Por Pe. Márcio Fabri dos Anjos, C.Ss.R. Em Revista de Aparecida

A Fé e as dúvidas

Luca Signorelli / Wikimedia Commons
Luca Signorelli / Wikimedia Commons
Jesus e São Tomé: Se eu não vir o sinal dos pregos em suas mãos, se não puser meu dedo na marca dos pregos e se não colocar minha mão em seu peito, não acreditarei” (Jo 20,24)


A relação entre Dúvida e Fé começa com uma certeza: neste mundo é preciso duvidar. Sem a capacidade de duvidar, caímos na ingenuidade, nas enganações e notícias falsas. E mesmo que pensemos ter capacidade para entender o que vai escondido nas coisas, precisamos duvidar de nossa própria capacidade para perceber tudo. Somos limitados, e duvidar faz parte de nossa condição humana. O próprio desenvolvimento tecnológico é estimulado pela dúvida metódica e a possibilidade de sempre melhorar o conhecimento e as técnicas. Essa forma de dúvida se chama ‘cognitiva’. Outro tipo é a dúvida “moral”. Ela, no fundo, responde à questão: em quem confiar, ou mesmo no quê confiar? Aqui a dúvida é precaução, pois ao confiar, a gente está de algum modo se arriscando. Ao entrar em um veículo, p. ex., a gente está confiando que a viagem é segura. Mas é preciso dar atenção quando há sinais de que não é tão seguro. Às vezes ficamos até com medo, e sem saber o que fazer. A dúvida moral é tanto mais forte quanto mais implicar no encaminhamento de nossa vida. Somos seres inseguros e isso nos leva a duvidar. Muitos pensam que a insegurança se resolve fugindo ou revidando, mas a experiência mostra que só adia ou até aumenta o problema.

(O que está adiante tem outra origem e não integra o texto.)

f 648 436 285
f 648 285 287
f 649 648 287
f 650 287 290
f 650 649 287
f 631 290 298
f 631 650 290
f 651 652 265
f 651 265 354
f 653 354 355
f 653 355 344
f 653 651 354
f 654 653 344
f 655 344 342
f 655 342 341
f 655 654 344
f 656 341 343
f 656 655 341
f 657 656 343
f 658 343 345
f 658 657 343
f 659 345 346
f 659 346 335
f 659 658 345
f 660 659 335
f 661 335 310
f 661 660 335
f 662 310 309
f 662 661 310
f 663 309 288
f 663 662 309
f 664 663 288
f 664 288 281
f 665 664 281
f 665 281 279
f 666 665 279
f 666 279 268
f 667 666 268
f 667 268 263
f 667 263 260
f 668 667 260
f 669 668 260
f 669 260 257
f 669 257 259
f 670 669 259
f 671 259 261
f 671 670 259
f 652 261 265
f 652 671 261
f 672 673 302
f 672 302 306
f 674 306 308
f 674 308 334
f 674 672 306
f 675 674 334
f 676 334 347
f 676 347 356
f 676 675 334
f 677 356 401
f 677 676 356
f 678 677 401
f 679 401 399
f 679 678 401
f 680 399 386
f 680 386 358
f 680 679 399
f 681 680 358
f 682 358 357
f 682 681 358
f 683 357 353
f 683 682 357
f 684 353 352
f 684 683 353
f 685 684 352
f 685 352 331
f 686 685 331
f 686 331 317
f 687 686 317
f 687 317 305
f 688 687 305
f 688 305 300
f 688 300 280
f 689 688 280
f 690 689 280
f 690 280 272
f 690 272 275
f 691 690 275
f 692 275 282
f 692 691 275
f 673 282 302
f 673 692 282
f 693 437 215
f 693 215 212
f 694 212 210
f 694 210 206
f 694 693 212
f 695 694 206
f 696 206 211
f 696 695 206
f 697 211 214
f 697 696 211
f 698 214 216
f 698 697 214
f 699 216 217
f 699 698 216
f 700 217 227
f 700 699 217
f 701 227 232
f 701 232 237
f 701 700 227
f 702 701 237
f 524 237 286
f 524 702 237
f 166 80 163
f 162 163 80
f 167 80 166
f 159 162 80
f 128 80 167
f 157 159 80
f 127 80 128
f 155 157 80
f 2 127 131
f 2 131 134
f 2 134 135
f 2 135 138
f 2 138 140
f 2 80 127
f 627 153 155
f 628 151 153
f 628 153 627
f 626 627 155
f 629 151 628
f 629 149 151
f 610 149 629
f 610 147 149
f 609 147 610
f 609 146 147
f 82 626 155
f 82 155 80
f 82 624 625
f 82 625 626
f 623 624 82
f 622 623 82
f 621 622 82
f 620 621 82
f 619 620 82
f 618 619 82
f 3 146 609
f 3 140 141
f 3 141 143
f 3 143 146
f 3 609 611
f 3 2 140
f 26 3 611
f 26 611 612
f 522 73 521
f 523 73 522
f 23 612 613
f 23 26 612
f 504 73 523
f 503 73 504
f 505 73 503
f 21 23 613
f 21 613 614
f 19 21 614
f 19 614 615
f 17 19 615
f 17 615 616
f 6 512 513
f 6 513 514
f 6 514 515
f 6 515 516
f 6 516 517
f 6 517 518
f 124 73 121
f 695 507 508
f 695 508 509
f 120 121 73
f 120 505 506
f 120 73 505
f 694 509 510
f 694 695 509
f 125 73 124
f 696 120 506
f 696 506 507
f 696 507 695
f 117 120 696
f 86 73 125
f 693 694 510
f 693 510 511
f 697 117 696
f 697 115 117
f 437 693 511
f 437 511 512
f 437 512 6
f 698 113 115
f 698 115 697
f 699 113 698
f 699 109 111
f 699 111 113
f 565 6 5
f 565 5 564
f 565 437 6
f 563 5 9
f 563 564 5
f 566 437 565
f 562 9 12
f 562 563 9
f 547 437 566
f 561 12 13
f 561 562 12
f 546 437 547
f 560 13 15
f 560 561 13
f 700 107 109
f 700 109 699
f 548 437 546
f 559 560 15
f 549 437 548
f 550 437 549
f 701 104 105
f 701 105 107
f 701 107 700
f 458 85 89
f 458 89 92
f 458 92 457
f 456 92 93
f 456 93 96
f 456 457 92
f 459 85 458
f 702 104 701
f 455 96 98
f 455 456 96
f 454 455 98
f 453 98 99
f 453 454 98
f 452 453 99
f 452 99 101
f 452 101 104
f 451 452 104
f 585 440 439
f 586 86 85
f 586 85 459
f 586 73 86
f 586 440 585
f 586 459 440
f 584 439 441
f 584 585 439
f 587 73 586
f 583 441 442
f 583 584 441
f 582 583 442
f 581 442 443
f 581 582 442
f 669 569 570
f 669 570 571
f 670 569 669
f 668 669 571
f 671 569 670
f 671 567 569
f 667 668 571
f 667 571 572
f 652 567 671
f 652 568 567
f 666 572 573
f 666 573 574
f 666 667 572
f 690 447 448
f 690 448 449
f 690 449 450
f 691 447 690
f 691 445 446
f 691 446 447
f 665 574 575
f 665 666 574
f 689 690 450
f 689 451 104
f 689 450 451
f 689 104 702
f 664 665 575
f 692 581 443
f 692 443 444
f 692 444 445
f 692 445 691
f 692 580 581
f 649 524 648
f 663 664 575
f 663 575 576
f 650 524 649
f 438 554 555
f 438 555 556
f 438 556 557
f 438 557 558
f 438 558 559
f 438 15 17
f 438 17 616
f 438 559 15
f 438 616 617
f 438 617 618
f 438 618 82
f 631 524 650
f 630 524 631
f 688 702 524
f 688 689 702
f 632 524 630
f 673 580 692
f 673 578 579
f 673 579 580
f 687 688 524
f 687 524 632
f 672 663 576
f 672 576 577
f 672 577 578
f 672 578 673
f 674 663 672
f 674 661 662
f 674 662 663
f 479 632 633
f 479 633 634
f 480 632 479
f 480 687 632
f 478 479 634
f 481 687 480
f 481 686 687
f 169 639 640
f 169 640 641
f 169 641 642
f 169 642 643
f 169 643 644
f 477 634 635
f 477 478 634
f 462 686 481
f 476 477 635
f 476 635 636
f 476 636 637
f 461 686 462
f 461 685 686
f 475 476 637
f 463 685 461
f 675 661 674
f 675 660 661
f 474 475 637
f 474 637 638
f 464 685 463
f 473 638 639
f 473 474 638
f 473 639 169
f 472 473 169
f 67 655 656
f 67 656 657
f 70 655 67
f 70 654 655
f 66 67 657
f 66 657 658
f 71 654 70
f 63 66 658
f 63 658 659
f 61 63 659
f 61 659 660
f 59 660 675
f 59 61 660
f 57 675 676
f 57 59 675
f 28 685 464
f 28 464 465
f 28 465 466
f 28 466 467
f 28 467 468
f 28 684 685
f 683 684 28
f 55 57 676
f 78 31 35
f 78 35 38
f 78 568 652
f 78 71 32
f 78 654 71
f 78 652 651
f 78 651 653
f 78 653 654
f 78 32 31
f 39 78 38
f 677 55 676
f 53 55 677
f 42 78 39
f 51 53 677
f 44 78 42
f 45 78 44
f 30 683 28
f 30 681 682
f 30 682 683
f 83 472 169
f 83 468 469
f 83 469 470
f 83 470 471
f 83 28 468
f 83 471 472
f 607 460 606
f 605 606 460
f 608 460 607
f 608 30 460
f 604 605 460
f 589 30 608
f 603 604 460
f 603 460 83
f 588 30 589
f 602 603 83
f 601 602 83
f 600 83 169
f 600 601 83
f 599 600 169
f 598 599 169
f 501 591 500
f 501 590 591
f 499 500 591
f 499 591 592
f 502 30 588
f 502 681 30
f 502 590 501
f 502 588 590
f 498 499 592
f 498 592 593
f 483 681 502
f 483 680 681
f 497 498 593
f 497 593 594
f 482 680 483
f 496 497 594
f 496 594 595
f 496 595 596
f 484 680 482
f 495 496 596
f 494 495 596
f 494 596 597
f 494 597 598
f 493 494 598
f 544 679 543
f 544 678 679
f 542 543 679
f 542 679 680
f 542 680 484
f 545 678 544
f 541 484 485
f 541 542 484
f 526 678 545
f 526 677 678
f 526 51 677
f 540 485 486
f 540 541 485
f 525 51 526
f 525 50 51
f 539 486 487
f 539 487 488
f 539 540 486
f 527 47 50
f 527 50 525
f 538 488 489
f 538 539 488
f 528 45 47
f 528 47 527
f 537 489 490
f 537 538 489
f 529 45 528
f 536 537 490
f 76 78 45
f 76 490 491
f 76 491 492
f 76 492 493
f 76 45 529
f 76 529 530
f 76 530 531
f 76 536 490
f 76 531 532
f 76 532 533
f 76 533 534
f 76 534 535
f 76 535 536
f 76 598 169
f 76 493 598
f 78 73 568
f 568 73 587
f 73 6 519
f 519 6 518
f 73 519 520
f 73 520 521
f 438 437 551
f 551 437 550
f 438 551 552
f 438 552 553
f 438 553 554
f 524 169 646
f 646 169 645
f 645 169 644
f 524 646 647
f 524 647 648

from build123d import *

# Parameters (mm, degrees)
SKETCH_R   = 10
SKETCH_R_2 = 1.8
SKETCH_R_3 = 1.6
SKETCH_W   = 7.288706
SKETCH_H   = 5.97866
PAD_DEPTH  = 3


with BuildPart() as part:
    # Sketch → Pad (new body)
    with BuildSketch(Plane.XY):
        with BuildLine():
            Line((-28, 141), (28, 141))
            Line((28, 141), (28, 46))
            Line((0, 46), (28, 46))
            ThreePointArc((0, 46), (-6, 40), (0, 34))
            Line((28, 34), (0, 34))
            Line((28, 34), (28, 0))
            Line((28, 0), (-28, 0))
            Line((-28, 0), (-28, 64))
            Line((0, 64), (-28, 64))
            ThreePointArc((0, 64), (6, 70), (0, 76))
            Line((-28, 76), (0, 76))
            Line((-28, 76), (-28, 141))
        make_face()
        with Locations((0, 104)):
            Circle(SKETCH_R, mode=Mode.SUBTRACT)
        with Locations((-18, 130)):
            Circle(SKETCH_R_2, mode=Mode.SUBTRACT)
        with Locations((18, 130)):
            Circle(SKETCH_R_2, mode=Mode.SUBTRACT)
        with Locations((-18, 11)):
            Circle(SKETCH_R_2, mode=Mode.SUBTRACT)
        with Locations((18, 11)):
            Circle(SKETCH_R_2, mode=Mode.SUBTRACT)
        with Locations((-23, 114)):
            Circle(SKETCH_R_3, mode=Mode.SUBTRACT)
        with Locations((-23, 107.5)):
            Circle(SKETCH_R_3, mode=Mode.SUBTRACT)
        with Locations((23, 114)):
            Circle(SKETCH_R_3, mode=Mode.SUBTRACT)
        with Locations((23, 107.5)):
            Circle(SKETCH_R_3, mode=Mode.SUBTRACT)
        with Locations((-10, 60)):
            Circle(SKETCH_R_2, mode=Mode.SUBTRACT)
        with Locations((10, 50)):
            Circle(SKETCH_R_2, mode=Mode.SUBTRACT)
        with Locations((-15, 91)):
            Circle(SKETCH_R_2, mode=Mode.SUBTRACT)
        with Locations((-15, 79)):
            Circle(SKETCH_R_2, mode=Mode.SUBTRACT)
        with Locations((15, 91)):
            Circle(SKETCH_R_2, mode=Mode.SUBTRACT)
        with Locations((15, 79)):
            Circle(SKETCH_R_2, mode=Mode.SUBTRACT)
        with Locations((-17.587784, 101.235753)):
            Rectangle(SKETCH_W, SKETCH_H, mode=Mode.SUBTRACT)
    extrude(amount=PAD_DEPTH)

Onde entra a fé em meio às dúvidas? A fé, na prática é confiança. Crer é confiar. E a confiança tem suas fases de desenvolvimento humano desde o nascer, quando começamos a descobrir o confiar e o desconfiar. A ciência ajuda muito nesse processo, mas não dá conta de tudo. A fé cristã, muito mais do que a crença em teorias e doutrinas, é confiança em Jesus Cristo, caminho de vida e a verdade sobre quem somos. Ele vai na contramão da lógica que conhecemos: em vez de ferir ou dominar os outros, Ele dá de si, até a própria vida, para construir um ambiente de confiança. Por isso, é muito ilustrativo o relato sobre São Tomé. Em vez de ser o “apóstolo que duvidou” S. Tomé espelha a nós que não vimos Jesus. Para nós a pergunta é: como confiar em Jesus se não o vimos? Será que tudo não passa de uma invenção enganosa? A solução é “tocar” nas chagas de Jesus, não um tocar físico, mas moral. É reconhecer o Amor com que nos amou primeiro, confiar que só o Amor é um caminho seguro para o viver humano. O caso S. Tomé ensina que precisamos continuar duvidando de uma fé que não toca na realidade do quanto somos amados e não mostra gestos concretos que nos tiram do egoísmo a serviço dos outros. Isso se aprende e pratica aos poucos, pois os medos nos rodeiam. O evangelho de Mateus relata que até na despedida de Jesus deste mundo muitos discípulos “ainda duvidavam” (Mt 28,17). Aqui vamos nós. As principais dúvidas da fé não são teóricas; elas se mostram em nossa dificuldade de sair dos egoísmos e amar como Jesus amou.